Naturalmente, los motores terriblemente deficientes y la actitud laxa de GM hacia el mantenimiento no pasaron desapercibidos. En todo el país, los propietarios de motores diesel de GM descontentos se unieron para contraatacar. A menudo habían visto cómo se sustituían dos o más motores durante el período de garantía, sólo para que el tercero fallara cuando la garantía había expirado.
Si por algún giro del destino su coche aguantaba lo suficiente, encontrarían que el valor de reventa había caído en picado más allá del núcleo de la tierra. Después de sólo dos años de rodaje, un Cadillac Seville diésel de 14.000 dólares podría valer tan sólo 3.500 dólares.
A una pareja de Washington llamada Peter y Diane Halferty le ocurrió precisamente eso, después de gastar 18.000 dólares para mantener su patética máquina tosiendo en la carretera. Peter puso un anuncio en un periódico local para interesarse por su situación, y tras una avalancha de llamadas formó Consumidores contra General Motors. Finalmente, se presentaron tantas reclamaciones a General Motors que la Comisión Federal de Comercio intervino para supervisar el asunto, pero se vio desbordada por la magnitud del problema.
A pesar de la reacción del público contra el diésel de Oldsmobile, al LF9 V8 se unió el motor LT6 V6. Esta maravilla de 85 CV y 224 Nm (165 lb ft) presentaba un diseño mejorado sin los muchos defectos del V8, e incluso se montaba transversalmente en chasis de tracción delantera como el LT7.
Para entonces, la imagen del Oldsmobile Diesel como señor y salvador de GM se había roto por completo, dejando incluso una versión del V8 de 105 CV completamente curada e incapaz de cambiar la situación.

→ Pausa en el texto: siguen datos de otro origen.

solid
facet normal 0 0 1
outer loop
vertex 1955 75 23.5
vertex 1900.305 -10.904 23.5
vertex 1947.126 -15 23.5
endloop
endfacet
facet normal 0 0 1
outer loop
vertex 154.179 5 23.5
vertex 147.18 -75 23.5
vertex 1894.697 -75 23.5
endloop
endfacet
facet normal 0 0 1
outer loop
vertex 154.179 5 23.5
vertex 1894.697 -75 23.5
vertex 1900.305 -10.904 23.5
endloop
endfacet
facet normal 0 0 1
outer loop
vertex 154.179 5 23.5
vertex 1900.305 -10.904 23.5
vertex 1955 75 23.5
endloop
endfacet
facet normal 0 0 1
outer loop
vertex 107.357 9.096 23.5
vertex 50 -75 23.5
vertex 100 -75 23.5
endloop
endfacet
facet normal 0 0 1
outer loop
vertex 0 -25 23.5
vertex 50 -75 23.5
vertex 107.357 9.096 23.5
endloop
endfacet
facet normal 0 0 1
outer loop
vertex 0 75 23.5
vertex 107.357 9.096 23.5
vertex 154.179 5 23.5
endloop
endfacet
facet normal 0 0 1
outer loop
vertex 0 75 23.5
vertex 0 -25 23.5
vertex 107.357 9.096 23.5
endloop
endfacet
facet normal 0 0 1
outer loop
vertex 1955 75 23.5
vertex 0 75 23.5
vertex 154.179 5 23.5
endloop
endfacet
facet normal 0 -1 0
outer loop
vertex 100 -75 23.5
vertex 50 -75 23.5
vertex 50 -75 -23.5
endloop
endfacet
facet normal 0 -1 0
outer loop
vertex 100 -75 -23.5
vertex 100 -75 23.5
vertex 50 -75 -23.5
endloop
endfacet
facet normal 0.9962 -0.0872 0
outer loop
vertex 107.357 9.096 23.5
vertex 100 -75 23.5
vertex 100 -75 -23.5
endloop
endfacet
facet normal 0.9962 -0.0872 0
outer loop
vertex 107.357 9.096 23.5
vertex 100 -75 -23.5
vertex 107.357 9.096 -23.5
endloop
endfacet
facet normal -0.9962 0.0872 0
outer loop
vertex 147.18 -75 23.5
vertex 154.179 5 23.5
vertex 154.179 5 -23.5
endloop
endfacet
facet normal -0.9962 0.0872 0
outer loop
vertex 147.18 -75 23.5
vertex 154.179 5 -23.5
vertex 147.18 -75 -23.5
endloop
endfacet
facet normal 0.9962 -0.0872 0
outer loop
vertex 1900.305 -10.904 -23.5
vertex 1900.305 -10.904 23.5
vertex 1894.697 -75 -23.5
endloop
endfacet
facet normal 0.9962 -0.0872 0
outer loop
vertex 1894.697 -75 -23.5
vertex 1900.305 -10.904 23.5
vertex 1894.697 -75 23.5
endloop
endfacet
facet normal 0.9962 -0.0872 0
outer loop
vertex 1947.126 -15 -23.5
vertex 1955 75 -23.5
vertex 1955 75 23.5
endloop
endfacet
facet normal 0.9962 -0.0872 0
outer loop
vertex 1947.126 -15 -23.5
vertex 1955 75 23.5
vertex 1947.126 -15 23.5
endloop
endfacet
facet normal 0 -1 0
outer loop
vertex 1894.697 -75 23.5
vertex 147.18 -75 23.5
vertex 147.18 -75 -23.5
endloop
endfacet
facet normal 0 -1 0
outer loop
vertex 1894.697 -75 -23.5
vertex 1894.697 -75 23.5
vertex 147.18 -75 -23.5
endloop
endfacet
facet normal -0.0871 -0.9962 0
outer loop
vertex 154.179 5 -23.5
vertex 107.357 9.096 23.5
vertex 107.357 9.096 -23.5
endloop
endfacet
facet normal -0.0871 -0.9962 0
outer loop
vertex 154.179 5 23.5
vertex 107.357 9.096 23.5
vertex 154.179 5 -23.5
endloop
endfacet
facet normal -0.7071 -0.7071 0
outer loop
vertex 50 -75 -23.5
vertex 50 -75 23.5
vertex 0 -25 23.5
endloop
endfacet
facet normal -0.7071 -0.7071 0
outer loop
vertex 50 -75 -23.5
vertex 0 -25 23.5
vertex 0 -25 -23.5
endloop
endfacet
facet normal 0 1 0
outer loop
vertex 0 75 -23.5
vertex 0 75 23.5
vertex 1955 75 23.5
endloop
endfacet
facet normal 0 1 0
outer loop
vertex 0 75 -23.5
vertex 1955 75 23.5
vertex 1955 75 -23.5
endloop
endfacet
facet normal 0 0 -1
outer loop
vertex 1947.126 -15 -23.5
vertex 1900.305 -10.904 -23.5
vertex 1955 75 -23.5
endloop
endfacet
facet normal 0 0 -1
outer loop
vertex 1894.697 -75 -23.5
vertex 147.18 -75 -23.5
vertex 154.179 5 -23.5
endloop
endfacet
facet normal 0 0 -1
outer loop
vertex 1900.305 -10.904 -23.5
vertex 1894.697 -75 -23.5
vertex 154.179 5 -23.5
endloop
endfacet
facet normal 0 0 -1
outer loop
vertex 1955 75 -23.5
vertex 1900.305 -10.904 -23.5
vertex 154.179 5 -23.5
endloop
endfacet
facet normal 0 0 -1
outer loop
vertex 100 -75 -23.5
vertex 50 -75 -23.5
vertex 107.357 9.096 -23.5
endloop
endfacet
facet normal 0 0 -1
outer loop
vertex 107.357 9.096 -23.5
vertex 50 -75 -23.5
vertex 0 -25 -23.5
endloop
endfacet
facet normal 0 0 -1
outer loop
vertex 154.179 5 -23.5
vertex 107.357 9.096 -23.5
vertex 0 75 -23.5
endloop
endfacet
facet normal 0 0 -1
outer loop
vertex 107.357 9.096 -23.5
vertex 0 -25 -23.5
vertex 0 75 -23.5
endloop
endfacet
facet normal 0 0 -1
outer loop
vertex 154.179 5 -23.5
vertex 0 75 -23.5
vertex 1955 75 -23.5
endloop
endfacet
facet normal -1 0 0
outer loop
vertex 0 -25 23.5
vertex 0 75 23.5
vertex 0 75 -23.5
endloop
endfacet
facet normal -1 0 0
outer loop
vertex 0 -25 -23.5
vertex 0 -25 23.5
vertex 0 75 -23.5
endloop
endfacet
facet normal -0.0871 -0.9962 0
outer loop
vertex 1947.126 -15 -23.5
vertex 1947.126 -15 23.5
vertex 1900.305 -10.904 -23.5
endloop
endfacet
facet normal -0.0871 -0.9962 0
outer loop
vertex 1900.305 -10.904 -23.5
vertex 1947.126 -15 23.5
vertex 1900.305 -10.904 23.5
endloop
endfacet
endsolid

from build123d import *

# Parameters (mm, degrees)
SKETCH1_W           = 47
SKETCH1_H           = 150
BOSS_EXTRUDE1_DEPTH = 1955
CUT_EXTRUDE1_DEPTH  = 1958.002554929
CHAMFER1_SIZE       = 50
CUT_EXTRUDE2_DEPTH  = 1958.002554929
CUT_EXTRUDE3_DEPTH  = 1958.002554929


with BuildPart() as part:
    # Sketch1 → Boss-Extrude1 (new body)
    with BuildSketch(Plane(origin=(0, 0, 0), x_dir=(0, 0, -1), z_dir=(1, 0, 0))):
        Rectangle(SKETCH1_W, SKETCH1_H)
    extrude(amount=BOSS_EXTRUDE1_DEPTH)

    # Sketch2 → Cut-Extrude1 (cut, through all)
    with BuildSketch(Plane.XY.offset(23.5)):
        Polygon((100, -75), (107.357474636, 9.096319909), (154.178625447, 5), (147.179532365, -75), align=None)
    extrude(amount=-CUT_EXTRUDE1_DEPTH, mode=Mode.SUBTRACT)

    # Chamfer1
    chamfer1_edges = [part.edges().sort_by_distance(p)[0] for p in [
        (0, -75, 0),
    ]]
    chamfer(chamfer1_edges, length=CHAMFER1_SIZE)

    # Sketch3 → Cut-Extrude2 (cut, through all)
    with BuildSketch(Plane(origin=(0, 0, -23.5), x_dir=(-1, 0, 0), z_dir=(0, 0, -1))):
        Polygon((-1955, 75), (-1941.876700471, -75), (-1955, -75), align=None)
    extrude(amount=-CUT_EXTRUDE2_DEPTH, mode=Mode.SUBTRACT)

    # Sketch4 → Cut-Extrude3 (cut, through all)
    with BuildSketch(Plane.XY.offset(23.5)):
        Polygon((1947.126020283, -15), (1900.304869472, -10.903680091), (1894.697168107, -75), (1941.876700471, -75), align=None)
    extrude(amount=-CUT_EXTRUDE3_DEPTH, mode=Mode.SUBTRACT)


solid = part.part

Aunque el motor actualizado funcionaba por una vez, y presentaba un mejor aislamiento acústico y una reducción de los humos, su comportamiento tosco y su horrible olor seguían recordando a un público traumatizado los horrores perpetrados por su antecesor.
Ambos motores murieron finalmente por última vez en 1985, dejando un mal sabor de boca a todos los que entraron en contacto con ellos. Finalmente, General Motors se vio obligada a pagar un gigantesco acuerdo para apaciguar a los antiguos propietarios de motores diésel, pagando hasta el 80% de los costes soportados por los furiosos clientes.
El motor diésel de Oldsmobile perdura como un brillante ejemplo de una buena idea que salió dramáticamente mal. Llevado a la producción por una empresa desesperada que buscaba sacar provecho del horrible páramo dejado por el embargo petrolero de 1973, el motor presentaba un insensible defecto de diseño tras otro.
Una total falta de comprensión de los retos que suponía construir un buen motor diesel hizo que los peces gordos de The General pusieran los dólares por delante del desarrollo, cortando cientos de esquinas por el camino. El resultado final fue una excusa terrible para un motor, que procedió a dañar la imagen del motor diesel lo suficiente como para que Estados Unidos diera la espalda al concepto durante más de 30 años.